# Dataset Preprocessing Summary

## Completed Work

### 1. MSDialog Dataset Conversion
Converted three MSDialog domain datasets from EIERL format to ConvLab-3 unified format:

- **msdialog_movie**: Movie ticket booking domain
  - Training set: 1,844 dialogues
  - Validation set: 395 dialogues  
  - Test set: 396 dialogues

- **msdialog_restaurant**: Restaurant reservation domain
  - Training set: 2,467 dialogues
  - Validation set: 528 dialogues
  - Test set: 530 dialogues

- **msdialog_taxi**: Taxi ordering domain
  - Training set: 1,980 dialogues
  - Validation set: 424 dialogues
  - Test set: None (original data does not include test set)
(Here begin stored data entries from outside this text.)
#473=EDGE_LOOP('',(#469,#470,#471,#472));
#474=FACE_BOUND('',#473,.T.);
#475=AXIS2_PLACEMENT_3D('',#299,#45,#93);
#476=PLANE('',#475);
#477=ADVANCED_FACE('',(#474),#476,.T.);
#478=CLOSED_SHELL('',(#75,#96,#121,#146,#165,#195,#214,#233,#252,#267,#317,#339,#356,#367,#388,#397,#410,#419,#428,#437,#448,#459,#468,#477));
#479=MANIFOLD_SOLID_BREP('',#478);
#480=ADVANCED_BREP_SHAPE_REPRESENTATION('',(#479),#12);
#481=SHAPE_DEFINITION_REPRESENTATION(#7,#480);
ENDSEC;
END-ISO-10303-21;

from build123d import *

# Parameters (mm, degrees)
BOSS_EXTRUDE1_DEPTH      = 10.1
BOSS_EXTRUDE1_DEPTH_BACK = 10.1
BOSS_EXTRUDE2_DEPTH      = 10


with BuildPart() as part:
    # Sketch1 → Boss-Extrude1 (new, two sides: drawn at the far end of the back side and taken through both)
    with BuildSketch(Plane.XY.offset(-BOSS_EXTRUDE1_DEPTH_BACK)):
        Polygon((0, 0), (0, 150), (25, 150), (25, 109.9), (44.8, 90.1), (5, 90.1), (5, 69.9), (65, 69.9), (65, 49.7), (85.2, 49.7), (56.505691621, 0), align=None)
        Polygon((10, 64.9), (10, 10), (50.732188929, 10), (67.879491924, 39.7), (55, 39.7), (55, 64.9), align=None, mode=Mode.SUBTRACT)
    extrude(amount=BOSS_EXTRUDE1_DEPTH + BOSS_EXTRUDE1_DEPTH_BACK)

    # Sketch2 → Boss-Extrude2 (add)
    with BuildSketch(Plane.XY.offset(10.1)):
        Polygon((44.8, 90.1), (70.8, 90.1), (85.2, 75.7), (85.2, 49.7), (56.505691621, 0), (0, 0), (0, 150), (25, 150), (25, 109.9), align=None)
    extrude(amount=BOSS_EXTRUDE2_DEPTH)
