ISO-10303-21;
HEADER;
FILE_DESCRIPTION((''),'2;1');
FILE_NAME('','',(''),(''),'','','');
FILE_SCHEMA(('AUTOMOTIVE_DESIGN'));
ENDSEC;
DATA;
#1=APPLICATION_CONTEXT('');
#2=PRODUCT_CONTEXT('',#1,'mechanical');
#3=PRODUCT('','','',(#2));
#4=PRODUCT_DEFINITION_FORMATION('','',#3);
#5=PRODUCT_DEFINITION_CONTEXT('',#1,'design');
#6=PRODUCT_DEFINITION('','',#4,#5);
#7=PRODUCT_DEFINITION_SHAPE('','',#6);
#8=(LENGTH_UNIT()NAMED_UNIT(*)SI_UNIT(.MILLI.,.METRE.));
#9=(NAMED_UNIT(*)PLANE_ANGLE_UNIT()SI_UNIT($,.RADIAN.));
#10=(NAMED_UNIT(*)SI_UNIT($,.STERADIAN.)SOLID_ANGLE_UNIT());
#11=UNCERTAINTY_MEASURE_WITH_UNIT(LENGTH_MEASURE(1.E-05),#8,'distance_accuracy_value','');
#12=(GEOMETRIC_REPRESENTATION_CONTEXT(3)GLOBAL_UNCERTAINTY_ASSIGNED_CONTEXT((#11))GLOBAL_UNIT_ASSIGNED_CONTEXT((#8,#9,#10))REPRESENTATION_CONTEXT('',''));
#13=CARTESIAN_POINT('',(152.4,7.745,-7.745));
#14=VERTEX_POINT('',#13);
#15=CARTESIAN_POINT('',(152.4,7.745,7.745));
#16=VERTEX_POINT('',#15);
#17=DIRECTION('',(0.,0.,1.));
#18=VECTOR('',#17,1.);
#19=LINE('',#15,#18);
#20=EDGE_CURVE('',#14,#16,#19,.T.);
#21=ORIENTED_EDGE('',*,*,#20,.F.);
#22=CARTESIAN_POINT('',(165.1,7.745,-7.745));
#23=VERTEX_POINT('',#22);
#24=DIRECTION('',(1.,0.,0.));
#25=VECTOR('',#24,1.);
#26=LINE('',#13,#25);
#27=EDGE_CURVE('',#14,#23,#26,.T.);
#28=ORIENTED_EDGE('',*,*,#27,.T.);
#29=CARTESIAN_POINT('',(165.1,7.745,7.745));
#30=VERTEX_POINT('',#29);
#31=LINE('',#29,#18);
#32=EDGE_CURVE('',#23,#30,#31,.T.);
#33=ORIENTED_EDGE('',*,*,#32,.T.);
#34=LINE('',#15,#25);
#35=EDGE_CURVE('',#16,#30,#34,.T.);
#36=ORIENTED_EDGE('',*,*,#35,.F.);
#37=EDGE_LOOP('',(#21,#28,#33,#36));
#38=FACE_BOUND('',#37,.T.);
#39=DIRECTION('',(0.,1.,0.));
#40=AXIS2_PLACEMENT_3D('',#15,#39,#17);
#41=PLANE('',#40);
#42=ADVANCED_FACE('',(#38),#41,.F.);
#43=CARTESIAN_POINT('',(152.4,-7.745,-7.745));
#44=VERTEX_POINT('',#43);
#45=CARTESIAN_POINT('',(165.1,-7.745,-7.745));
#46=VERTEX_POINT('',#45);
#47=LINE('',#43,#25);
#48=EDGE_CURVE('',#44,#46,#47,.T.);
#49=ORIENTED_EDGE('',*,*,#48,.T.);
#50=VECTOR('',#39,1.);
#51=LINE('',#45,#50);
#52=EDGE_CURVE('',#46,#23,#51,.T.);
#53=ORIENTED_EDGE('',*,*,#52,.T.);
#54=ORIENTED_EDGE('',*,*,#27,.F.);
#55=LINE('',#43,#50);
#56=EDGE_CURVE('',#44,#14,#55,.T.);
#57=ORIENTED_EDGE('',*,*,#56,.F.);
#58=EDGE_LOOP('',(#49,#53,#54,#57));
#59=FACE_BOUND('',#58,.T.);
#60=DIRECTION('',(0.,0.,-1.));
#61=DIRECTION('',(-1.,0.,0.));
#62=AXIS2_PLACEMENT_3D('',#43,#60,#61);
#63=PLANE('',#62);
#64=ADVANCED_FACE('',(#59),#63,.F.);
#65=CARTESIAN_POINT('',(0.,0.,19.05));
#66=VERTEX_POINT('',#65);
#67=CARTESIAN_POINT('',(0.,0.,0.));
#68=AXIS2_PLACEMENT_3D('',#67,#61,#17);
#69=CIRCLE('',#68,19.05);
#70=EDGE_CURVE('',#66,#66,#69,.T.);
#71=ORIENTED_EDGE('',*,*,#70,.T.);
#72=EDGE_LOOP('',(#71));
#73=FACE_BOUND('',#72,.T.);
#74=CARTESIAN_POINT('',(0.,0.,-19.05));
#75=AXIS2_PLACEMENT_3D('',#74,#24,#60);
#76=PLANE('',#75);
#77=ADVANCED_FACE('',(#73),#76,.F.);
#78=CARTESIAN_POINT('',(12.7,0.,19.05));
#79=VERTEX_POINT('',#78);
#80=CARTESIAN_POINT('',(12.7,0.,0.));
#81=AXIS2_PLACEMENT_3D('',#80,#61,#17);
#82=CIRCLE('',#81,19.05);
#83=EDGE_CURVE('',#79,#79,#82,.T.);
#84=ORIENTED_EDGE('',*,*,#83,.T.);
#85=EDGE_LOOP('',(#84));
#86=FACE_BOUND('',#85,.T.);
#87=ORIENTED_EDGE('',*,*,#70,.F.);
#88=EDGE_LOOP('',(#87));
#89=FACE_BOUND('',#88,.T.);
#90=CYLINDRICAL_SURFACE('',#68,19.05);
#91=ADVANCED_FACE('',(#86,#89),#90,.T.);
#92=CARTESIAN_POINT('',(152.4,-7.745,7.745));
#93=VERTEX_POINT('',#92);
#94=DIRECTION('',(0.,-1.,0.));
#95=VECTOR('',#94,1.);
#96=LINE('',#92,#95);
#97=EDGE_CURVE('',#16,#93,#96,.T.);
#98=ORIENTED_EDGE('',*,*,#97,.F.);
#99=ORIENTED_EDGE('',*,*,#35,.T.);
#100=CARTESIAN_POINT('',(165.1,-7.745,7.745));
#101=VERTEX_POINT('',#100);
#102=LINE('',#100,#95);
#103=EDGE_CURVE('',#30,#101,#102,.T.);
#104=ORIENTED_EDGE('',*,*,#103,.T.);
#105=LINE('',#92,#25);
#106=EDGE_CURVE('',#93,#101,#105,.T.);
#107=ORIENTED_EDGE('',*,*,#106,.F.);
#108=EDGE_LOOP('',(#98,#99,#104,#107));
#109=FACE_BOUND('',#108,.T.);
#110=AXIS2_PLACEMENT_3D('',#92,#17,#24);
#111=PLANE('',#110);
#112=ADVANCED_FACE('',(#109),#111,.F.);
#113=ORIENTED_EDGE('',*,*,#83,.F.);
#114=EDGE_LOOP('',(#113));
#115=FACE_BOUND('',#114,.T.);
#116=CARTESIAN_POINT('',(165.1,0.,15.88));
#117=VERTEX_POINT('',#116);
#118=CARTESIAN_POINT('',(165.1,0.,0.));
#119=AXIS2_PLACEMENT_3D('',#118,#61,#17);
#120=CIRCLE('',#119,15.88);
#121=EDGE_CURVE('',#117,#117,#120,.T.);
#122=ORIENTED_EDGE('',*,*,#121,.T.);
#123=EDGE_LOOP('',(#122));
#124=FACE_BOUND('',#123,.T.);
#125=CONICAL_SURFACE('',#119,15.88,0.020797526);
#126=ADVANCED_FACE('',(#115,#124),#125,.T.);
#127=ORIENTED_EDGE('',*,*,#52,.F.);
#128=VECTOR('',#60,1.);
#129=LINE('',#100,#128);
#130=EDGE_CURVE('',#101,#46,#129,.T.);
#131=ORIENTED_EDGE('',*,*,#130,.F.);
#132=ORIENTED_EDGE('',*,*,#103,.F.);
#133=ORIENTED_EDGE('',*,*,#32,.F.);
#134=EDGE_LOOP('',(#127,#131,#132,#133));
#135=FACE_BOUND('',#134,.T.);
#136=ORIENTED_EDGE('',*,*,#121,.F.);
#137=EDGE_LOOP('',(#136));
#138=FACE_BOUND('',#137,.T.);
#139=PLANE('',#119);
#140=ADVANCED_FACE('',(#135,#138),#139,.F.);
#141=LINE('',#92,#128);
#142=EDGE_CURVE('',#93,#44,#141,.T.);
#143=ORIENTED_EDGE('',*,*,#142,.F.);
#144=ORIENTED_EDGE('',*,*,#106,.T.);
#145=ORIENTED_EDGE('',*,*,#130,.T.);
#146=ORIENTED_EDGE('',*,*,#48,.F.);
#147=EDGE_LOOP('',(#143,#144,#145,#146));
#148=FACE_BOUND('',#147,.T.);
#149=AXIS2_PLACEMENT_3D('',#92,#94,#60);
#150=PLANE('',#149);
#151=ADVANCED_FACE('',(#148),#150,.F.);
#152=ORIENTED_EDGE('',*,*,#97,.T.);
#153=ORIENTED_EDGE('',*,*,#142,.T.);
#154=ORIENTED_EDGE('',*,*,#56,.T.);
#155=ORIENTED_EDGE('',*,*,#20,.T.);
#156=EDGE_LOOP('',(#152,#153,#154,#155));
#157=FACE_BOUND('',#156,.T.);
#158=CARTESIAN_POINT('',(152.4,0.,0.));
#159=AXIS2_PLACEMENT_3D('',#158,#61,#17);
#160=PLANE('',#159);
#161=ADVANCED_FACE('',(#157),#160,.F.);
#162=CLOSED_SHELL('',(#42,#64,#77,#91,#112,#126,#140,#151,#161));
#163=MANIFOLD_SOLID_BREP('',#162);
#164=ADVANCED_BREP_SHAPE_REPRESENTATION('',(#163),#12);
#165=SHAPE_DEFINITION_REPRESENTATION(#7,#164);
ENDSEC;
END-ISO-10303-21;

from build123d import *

# Parameters (mm, degrees)
SKETCH2_W          = 15.49
SKETCH2_H          = 15.49
CUT_EXTRUDE1_DEPTH = 12.7


with BuildPart() as part:
    # Sketch1 → Revolve1 (revolve)
    with BuildSketch(Plane(origin=(0, 0, 0), x_dir=(1, 0, 0), z_dir=(0, 1, 0))):
        Polygon((0, 0), (165.1, 0), (165.1, 15.88), (12.7, 19.05), (0, 19.05), align=None)
    revolve(axis=Axis((0, 0, 0), (1, 0, 0)))

    # Sketch2 → Cut-Extrude1 (cut)
    with BuildSketch(Plane(origin=(165.1, 0, 0), x_dir=(0, 0, -1), z_dir=(1, 0, 0))):
        Rectangle(SKETCH2_W, SKETCH2_H)
    extrude(amount=-CUT_EXTRUDE1_DEPTH, mode=Mode.SUBTRACT)


solid = part.part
### 2. Data Preprocessing Script Improvements
Improved the `/home/zsy/workspace/gitee/DyBBT/DyBBT/finetune/sft/dataprepare.py` script to support:

- **MultiWOZ 2.1** dataset processing
- **MSDialog** three domain datasets processing
- Local dataset loading (avoiding network downloads)
- Automatic recognition of different data formats

### 3. Generated Processed Files
The following files were generated in the `/home/zsy/workspace/gitee/DyBBT/DyBBT/finetune/sft/` directory:

#### MultiWOZ 2.1
- `multiwoz21_train.json` - Training data
- `multiwoz21_val.json` - Validation data  
- `multiwoz21_test.json` - Test data

#### MSDialog Movie
- `msdialog_movie_train.json` - Training data
- `msdialog_movie_val.json` - Validation data
- `msdialog_movie_test.json` - Test data

#### MSDialog Restaurant  
- `msdialog_restaurant_train.json` - Training data
- `msdialog_restaurant_val.json` - Validation data
- `msdialog_restaurant_test.json` - Test data

#### MSDialog Taxi
- `msdialog_taxi_train.json` - Training data
- `msdialog_taxi_val.json` - Validation data

## Data Format Description

Each sample contains the following fields:

- `dialog_id`: Dialogue ID (format: datasetName_dialogueID)
- `domain`: List of domains
- `belief_state`: Belief state (core input)
- `system_action`: System action (training label)
- `available_actions`: Available actions under current state

## Usage Instructions

### 1. Run Preprocessing Script
```bash
cd /home/zsy/workspace/gitee/DyBBT/DyBBT/finetune/sft
python dataprepare.py
```

### 2. Load Processed Data
```python
import json

# Load training data
with open('multiwoz21_train.json', 'r', encoding='utf-8') as f:
    train_data = json.load(f)

# Load validation data  
with open('multiwoz21_val.json', 'r', encoding='utf-8') as f:
    val_data = json.load(f)

print(f"Training samples: {len(train_data)}")
print(f"Validation samples: {len(val_data)}")
```

## Notes

1. The MSDialog dataset only contains user turns without system turns, so the `system_action` field is an empty list.
2. The `available_actions` field in the MSDialog dataset is also empty because there are no system actions to choose from.
3. All datasets have been converted to a unified format and can be directly used for model training.

## Next Steps

These preprocessed datasets can now be used for:

1. Supervised Fine-Tuning (SFT) training
2. Reinforcement Learning (RL) training
3. Model evaluation and testing

The data is ready for subsequent experiments in the DyBBT project.